→ **Your goal**: Return exactly the lines below, starting with the one that has "f 202 181 201" and going on through the one that has "f 94 143 93".

[The records Boundary: Start]

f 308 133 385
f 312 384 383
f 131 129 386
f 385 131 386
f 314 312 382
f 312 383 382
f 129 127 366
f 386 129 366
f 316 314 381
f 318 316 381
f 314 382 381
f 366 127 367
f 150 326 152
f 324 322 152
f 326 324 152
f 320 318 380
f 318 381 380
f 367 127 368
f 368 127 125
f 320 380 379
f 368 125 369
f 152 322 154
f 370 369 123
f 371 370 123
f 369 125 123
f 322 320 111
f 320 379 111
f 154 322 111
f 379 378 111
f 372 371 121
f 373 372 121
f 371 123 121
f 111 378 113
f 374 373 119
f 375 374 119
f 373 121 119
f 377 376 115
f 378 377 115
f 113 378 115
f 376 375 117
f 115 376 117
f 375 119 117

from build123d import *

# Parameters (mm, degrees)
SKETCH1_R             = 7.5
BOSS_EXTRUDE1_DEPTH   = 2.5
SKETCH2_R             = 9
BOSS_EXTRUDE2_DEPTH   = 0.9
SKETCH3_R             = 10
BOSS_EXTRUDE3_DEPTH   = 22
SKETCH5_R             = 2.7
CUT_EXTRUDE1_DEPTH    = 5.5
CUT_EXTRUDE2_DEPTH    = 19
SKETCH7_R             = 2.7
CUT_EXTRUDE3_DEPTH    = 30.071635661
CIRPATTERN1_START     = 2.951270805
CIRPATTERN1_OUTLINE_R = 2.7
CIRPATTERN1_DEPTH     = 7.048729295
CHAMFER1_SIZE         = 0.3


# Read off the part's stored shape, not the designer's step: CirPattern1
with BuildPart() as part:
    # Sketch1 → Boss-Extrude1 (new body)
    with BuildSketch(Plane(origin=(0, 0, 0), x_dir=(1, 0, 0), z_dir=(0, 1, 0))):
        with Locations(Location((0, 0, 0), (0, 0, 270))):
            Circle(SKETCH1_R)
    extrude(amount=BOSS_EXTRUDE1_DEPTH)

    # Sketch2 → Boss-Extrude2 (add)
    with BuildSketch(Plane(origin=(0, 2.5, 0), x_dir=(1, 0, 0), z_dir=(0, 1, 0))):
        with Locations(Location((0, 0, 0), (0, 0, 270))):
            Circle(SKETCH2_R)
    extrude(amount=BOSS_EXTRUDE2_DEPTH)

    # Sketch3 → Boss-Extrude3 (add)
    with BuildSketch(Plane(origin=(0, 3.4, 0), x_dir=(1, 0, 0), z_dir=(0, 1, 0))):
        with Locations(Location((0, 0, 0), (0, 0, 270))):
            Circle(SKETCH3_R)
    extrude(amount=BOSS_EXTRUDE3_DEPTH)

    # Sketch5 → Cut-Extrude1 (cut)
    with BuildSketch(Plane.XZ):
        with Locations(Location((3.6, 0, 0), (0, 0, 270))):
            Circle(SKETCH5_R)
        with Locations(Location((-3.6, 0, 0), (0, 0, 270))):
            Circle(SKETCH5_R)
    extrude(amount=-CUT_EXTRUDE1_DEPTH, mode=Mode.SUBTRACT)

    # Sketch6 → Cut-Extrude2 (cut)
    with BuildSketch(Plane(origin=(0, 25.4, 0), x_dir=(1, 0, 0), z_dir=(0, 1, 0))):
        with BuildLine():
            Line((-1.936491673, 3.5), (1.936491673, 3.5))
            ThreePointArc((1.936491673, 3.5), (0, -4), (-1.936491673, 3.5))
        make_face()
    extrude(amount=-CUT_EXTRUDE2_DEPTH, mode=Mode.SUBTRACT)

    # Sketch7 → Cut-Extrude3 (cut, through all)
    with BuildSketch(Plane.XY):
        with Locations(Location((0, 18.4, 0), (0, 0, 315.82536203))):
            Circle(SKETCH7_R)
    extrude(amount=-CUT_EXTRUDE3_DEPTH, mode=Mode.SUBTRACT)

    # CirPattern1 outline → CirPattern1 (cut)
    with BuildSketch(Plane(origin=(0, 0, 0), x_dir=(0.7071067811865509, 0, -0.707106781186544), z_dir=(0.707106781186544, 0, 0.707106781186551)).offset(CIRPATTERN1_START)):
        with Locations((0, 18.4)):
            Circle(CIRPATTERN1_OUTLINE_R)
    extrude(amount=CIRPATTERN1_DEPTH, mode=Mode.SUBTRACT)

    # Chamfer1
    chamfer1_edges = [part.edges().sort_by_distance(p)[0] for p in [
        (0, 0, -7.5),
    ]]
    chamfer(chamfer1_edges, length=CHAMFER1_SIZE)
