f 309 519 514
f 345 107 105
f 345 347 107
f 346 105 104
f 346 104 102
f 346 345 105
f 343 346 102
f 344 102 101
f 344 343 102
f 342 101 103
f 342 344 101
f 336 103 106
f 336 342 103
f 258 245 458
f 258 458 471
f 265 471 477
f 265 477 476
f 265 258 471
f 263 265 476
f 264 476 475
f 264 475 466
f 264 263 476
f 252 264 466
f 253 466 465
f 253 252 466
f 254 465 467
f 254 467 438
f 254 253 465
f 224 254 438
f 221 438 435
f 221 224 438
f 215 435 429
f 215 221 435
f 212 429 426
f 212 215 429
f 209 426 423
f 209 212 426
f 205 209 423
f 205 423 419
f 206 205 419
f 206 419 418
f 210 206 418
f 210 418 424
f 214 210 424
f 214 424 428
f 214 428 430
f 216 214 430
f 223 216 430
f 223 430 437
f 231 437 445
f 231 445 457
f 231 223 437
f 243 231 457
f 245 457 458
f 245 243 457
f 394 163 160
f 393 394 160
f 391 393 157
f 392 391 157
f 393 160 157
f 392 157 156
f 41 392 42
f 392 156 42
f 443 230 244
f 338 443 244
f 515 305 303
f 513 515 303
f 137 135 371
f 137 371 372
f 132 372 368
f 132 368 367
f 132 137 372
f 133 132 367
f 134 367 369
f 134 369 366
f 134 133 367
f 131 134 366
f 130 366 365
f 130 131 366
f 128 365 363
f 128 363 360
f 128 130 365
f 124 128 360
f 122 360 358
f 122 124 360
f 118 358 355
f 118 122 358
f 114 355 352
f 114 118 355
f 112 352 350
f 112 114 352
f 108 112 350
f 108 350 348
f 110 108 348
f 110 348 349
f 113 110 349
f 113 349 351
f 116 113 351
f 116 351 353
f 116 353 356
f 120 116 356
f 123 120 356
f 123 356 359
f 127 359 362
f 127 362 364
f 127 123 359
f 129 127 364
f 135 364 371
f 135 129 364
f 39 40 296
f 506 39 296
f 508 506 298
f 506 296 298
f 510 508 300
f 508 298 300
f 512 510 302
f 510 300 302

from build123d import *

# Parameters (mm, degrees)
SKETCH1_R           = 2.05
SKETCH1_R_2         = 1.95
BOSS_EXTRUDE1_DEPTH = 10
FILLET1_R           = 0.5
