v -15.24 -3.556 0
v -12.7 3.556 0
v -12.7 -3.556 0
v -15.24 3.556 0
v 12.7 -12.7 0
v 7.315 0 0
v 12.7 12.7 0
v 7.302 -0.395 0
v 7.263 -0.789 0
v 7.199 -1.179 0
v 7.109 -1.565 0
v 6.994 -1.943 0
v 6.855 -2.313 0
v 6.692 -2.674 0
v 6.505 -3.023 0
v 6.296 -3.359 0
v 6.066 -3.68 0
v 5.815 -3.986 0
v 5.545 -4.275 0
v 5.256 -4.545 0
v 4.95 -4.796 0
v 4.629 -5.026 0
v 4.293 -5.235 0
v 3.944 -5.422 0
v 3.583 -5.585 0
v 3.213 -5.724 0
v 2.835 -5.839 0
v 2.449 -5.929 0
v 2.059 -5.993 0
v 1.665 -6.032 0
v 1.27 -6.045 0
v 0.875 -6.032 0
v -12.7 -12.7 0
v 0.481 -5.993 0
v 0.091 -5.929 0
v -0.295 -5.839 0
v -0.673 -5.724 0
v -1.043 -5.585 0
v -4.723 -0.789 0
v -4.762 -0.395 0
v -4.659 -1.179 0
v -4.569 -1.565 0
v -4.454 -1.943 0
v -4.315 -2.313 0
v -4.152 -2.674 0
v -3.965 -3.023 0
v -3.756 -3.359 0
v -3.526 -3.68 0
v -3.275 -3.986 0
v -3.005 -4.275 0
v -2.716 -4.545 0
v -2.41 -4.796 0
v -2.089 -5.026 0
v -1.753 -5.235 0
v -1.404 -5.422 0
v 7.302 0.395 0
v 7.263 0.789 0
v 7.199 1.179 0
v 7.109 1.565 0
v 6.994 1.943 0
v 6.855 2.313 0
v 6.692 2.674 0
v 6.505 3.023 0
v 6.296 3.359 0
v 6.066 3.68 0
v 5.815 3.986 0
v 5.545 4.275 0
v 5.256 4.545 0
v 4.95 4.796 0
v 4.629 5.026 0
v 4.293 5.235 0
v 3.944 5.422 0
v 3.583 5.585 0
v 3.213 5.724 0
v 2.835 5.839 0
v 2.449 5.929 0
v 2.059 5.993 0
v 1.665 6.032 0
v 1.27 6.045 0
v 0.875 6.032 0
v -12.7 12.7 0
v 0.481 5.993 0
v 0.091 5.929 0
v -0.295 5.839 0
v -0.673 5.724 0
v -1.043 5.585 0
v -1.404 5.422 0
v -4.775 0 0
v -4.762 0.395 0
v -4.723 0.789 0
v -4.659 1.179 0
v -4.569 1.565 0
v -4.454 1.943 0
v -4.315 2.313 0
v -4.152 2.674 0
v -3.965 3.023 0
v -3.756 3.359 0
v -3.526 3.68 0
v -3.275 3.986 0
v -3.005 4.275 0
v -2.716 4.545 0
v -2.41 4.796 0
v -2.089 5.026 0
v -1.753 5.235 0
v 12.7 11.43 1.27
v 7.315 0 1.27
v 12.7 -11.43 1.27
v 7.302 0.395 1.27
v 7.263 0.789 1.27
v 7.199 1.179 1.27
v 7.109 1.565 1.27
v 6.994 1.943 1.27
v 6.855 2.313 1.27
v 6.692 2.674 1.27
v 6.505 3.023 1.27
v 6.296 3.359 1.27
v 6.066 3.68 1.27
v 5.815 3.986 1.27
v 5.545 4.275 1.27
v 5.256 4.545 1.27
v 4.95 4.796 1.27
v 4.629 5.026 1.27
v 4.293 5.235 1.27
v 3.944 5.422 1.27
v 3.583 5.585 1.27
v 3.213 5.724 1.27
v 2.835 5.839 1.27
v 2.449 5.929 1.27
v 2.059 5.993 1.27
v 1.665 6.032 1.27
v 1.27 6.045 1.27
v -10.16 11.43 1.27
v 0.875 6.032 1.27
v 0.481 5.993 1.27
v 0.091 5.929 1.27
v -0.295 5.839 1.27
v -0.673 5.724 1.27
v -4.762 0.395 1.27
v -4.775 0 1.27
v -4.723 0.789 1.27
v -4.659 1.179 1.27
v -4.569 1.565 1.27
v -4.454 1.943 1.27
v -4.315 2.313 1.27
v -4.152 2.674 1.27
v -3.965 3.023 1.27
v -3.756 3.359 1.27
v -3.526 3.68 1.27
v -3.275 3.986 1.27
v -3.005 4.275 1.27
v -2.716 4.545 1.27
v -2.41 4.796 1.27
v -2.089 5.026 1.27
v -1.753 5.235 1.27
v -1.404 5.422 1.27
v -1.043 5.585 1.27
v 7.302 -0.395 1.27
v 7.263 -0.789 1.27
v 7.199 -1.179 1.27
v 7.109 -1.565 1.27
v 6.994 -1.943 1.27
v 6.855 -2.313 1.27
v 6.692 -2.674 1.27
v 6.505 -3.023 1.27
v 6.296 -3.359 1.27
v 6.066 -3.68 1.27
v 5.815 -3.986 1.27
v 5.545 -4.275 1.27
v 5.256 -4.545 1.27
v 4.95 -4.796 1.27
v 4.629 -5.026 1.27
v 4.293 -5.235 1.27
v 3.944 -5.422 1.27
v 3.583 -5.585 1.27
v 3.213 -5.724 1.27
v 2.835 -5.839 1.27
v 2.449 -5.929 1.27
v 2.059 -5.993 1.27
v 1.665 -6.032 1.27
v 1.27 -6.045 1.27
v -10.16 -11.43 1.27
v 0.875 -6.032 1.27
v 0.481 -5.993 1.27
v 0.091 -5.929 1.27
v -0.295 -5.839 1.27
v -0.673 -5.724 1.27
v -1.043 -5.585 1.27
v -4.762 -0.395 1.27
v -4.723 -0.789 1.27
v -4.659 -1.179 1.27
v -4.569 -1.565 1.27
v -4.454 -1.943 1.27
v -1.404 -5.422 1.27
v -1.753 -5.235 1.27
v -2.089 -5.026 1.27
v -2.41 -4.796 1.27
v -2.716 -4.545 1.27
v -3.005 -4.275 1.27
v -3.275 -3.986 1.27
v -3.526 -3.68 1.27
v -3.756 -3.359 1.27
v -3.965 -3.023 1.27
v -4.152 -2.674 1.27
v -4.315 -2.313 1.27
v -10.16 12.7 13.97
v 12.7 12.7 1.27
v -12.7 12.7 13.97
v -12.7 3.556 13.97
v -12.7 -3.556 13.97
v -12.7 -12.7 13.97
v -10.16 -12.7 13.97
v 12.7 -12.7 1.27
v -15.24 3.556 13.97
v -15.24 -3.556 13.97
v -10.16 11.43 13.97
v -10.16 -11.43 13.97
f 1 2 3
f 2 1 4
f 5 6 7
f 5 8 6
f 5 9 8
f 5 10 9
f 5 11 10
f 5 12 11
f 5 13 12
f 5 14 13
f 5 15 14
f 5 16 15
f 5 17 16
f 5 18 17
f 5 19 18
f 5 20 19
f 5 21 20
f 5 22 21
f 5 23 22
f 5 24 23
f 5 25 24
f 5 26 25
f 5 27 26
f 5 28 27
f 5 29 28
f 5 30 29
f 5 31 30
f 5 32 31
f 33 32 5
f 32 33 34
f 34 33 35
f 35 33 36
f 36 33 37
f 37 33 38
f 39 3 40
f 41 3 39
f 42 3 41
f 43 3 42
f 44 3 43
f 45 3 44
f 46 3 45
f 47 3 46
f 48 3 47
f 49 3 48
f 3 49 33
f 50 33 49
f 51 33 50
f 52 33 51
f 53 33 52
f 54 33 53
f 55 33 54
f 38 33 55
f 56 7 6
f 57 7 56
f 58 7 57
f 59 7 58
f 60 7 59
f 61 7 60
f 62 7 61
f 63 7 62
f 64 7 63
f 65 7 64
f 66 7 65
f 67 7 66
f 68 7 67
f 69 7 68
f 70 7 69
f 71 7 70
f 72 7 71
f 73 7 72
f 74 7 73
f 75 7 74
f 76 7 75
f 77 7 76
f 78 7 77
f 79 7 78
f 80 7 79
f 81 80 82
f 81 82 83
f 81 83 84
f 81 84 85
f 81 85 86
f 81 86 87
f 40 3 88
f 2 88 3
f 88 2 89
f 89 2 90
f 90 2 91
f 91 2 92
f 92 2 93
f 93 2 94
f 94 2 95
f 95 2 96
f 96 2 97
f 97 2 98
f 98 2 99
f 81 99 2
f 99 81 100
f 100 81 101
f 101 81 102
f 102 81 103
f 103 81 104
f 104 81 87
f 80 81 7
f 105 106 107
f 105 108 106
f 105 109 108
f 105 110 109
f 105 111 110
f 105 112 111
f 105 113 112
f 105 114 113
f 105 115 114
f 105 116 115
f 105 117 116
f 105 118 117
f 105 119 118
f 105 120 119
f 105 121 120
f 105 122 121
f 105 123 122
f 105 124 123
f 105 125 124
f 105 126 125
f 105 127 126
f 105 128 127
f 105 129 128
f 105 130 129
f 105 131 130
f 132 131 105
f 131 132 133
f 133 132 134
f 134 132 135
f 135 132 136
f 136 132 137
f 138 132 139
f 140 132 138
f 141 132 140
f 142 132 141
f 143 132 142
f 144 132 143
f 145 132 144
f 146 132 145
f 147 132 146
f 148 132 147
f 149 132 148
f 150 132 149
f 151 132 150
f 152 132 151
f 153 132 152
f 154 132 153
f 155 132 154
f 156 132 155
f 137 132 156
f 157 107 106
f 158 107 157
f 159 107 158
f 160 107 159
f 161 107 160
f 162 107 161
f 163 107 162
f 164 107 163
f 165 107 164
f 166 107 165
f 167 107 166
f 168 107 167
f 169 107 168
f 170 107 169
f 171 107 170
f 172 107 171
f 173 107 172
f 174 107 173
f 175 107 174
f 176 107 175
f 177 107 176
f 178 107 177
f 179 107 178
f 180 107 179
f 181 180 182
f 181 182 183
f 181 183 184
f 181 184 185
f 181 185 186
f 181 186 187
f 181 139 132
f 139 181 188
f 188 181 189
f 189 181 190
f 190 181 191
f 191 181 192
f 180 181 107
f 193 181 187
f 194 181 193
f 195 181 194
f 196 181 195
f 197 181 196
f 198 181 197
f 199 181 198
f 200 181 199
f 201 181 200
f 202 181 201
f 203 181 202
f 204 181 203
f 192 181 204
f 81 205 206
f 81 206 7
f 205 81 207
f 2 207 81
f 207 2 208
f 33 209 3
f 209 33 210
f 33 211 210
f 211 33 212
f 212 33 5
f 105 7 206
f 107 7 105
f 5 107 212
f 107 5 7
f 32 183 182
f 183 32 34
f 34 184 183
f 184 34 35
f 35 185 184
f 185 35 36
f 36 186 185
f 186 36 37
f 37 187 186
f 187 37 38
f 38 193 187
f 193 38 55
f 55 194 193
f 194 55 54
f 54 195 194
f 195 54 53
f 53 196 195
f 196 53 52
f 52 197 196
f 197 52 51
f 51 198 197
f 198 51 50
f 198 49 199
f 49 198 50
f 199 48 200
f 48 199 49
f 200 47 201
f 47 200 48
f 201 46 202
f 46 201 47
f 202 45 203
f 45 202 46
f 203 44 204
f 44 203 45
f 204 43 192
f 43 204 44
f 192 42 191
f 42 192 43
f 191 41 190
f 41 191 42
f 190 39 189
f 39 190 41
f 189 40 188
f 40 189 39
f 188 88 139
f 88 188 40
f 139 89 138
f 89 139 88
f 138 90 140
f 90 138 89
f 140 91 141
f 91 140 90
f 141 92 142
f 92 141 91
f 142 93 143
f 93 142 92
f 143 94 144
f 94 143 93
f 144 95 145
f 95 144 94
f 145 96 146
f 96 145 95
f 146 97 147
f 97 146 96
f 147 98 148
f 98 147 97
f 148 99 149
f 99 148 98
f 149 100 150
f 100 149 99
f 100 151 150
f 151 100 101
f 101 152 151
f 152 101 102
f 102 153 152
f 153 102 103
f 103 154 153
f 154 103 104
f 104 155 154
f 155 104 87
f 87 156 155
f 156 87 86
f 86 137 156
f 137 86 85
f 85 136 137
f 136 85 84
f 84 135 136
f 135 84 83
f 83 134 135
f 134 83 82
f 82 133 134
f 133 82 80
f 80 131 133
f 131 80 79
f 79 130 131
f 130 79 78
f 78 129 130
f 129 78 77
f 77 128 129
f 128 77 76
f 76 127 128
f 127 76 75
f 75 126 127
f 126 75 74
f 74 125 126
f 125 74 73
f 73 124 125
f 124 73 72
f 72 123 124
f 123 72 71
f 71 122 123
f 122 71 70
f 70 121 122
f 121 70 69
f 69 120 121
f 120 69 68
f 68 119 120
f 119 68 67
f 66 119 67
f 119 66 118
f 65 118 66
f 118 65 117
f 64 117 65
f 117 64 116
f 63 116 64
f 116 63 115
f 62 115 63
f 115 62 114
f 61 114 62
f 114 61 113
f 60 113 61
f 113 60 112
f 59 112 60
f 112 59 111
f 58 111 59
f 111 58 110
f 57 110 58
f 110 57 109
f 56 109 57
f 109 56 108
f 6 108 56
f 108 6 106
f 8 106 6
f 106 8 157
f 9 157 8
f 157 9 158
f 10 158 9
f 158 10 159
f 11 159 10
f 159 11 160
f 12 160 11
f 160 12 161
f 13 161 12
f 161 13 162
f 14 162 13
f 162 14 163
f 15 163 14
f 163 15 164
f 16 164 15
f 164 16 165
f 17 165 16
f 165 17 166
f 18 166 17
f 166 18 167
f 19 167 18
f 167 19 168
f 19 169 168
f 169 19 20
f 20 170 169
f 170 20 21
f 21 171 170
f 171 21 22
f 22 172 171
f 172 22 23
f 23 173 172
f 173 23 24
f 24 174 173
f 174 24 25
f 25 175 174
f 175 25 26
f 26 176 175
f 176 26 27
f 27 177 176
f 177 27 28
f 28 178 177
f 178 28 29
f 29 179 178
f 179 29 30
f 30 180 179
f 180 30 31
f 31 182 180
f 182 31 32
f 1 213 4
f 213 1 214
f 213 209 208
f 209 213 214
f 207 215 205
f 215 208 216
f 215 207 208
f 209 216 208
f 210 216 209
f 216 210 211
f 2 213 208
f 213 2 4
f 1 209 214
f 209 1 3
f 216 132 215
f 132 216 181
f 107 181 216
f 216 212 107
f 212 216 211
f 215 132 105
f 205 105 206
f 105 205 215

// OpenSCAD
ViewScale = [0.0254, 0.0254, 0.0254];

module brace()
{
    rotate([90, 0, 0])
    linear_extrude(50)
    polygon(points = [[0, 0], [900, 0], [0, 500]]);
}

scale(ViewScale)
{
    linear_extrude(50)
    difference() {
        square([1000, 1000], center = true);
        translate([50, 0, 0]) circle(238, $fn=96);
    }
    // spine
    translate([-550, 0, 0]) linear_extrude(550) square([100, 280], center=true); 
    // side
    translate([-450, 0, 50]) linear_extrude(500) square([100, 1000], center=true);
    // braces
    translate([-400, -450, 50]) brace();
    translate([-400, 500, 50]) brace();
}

[The records Boundary: End]
[The records Boundary: Start]

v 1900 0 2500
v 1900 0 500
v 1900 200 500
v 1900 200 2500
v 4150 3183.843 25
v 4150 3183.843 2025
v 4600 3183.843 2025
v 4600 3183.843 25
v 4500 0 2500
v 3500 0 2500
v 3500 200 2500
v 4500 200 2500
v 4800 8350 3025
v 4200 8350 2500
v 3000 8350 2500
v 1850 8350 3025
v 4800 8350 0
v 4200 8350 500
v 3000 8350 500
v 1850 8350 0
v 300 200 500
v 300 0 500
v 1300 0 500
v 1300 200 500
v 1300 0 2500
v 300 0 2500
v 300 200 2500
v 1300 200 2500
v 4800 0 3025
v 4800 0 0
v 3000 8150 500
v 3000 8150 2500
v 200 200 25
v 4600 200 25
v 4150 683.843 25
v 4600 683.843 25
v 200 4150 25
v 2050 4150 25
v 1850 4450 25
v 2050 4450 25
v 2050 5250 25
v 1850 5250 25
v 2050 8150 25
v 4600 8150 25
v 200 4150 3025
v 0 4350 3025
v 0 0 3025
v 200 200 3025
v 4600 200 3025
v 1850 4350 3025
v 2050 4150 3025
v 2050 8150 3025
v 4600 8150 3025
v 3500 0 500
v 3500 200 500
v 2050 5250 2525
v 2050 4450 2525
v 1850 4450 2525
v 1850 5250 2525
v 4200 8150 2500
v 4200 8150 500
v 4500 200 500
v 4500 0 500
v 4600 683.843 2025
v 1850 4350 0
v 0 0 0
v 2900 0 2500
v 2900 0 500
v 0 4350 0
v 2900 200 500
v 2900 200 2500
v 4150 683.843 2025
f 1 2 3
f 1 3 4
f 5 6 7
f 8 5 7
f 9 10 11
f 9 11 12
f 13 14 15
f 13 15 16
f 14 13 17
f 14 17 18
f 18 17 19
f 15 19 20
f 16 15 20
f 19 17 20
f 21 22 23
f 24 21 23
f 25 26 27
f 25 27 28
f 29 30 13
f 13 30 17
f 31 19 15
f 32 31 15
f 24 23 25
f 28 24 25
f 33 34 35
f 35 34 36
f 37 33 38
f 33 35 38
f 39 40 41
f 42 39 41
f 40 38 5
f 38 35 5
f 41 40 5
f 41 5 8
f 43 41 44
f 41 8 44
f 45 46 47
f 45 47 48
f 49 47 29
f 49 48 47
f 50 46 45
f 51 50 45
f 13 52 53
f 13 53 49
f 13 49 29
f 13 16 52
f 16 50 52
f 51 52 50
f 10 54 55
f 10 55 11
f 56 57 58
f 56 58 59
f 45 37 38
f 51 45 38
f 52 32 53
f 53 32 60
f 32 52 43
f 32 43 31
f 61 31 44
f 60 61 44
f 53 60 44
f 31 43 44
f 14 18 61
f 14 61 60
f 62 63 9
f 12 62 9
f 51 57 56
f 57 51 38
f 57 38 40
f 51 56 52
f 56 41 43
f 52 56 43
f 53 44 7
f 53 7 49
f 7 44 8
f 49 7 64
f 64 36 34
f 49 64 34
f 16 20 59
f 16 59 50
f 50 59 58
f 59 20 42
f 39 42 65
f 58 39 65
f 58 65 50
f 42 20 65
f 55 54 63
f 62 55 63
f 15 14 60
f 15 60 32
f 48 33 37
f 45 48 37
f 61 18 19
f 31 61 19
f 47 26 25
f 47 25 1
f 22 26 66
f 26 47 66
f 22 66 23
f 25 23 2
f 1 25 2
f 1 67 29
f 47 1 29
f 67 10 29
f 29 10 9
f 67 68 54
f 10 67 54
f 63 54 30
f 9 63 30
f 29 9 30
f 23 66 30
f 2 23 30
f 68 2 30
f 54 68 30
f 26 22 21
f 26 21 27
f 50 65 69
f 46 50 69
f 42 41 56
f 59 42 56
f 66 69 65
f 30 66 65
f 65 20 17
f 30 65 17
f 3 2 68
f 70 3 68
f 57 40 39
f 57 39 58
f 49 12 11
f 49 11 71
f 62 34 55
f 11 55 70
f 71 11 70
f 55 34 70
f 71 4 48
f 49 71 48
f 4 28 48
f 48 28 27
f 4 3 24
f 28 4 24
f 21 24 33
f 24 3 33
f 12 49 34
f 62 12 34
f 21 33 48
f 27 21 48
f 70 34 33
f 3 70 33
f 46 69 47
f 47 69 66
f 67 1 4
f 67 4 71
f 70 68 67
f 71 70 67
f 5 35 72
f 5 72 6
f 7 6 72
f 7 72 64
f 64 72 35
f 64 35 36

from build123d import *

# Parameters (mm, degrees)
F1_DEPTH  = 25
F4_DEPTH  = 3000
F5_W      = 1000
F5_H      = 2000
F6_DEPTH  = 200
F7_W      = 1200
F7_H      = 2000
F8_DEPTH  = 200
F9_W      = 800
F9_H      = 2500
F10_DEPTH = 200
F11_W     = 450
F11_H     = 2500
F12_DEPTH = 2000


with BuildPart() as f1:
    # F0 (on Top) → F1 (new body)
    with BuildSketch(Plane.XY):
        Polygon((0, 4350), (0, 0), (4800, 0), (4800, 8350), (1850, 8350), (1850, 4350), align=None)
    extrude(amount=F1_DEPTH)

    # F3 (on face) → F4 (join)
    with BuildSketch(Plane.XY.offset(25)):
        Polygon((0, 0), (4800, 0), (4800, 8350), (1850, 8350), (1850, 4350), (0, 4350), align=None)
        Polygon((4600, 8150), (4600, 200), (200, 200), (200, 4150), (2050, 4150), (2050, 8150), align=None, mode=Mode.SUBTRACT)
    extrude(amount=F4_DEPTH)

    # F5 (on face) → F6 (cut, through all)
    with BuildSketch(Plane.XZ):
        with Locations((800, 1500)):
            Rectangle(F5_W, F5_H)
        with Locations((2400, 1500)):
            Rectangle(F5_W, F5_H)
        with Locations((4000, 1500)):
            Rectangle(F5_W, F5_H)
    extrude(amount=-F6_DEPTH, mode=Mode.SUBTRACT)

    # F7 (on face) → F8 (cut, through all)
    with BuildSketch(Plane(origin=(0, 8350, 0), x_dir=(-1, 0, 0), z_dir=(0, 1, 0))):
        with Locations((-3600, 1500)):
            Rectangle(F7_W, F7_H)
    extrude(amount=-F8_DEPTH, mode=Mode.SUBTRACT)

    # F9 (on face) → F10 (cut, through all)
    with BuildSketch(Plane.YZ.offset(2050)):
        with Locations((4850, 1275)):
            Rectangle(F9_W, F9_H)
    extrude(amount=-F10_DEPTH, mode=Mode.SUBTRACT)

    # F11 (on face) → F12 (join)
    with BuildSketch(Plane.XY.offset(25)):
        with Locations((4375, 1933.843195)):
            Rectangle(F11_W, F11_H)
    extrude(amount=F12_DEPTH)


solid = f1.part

[The records Boundary: End]

→ **The answer**:
f 202 181 201
f 203 181 202
f 204 181 203
f 192 181 204
f 81 205 206
f 81 206 7
f 205 81 207
f 2 207 81
f 207 2 208
f 33 209 3
f 209 33 210
f 33 211 210
f 211 33 212
f 212 33 5
f 105 7 206
f 107 7 105
f 5 107 212
f 107 5 7
f 32 183 182
f 183 32 34
f 34 184 183
f 184 34 35
f 35 185 184
f 185 35 36
f 36 186 185
f 186 36 37
f 37 187 186
f 187 37 38
f 38 193 187
f 193 38 55
f 55 194 193
f 194 55 54
f 54 195 194
f 195 54 53
f 53 196 195
f 196 53 52
f 52 197 196
f 197 52 51
f 51 198 197
f 198 51 50
f 198 49 199
f 49 198 50
f 199 48 200
f 48 199 49
f 200 47 201
f 47 200 48
f 201 46 202
f 46 201 47
f 202 45 203
f 45 202 46
f 203 44 204
f 44 203 45
f 204 43 192
f 43 204 44
f 192 42 191
f 42 192 43
f 191 41 190
f 41 191 42
f 190 39 189
f 39 190 41
f 189 40 188
f 40 189 39
f 188 88 139
f 88 188 40
f 139 89 138
f 89 139 88
f 138 90 140
f 90 138 89
f 140 91 141
f 91 140 90
f 141 92 142
f 92 141 91
f 142 93 143
f 93 142 92
f 143 94 144
f 94 143 93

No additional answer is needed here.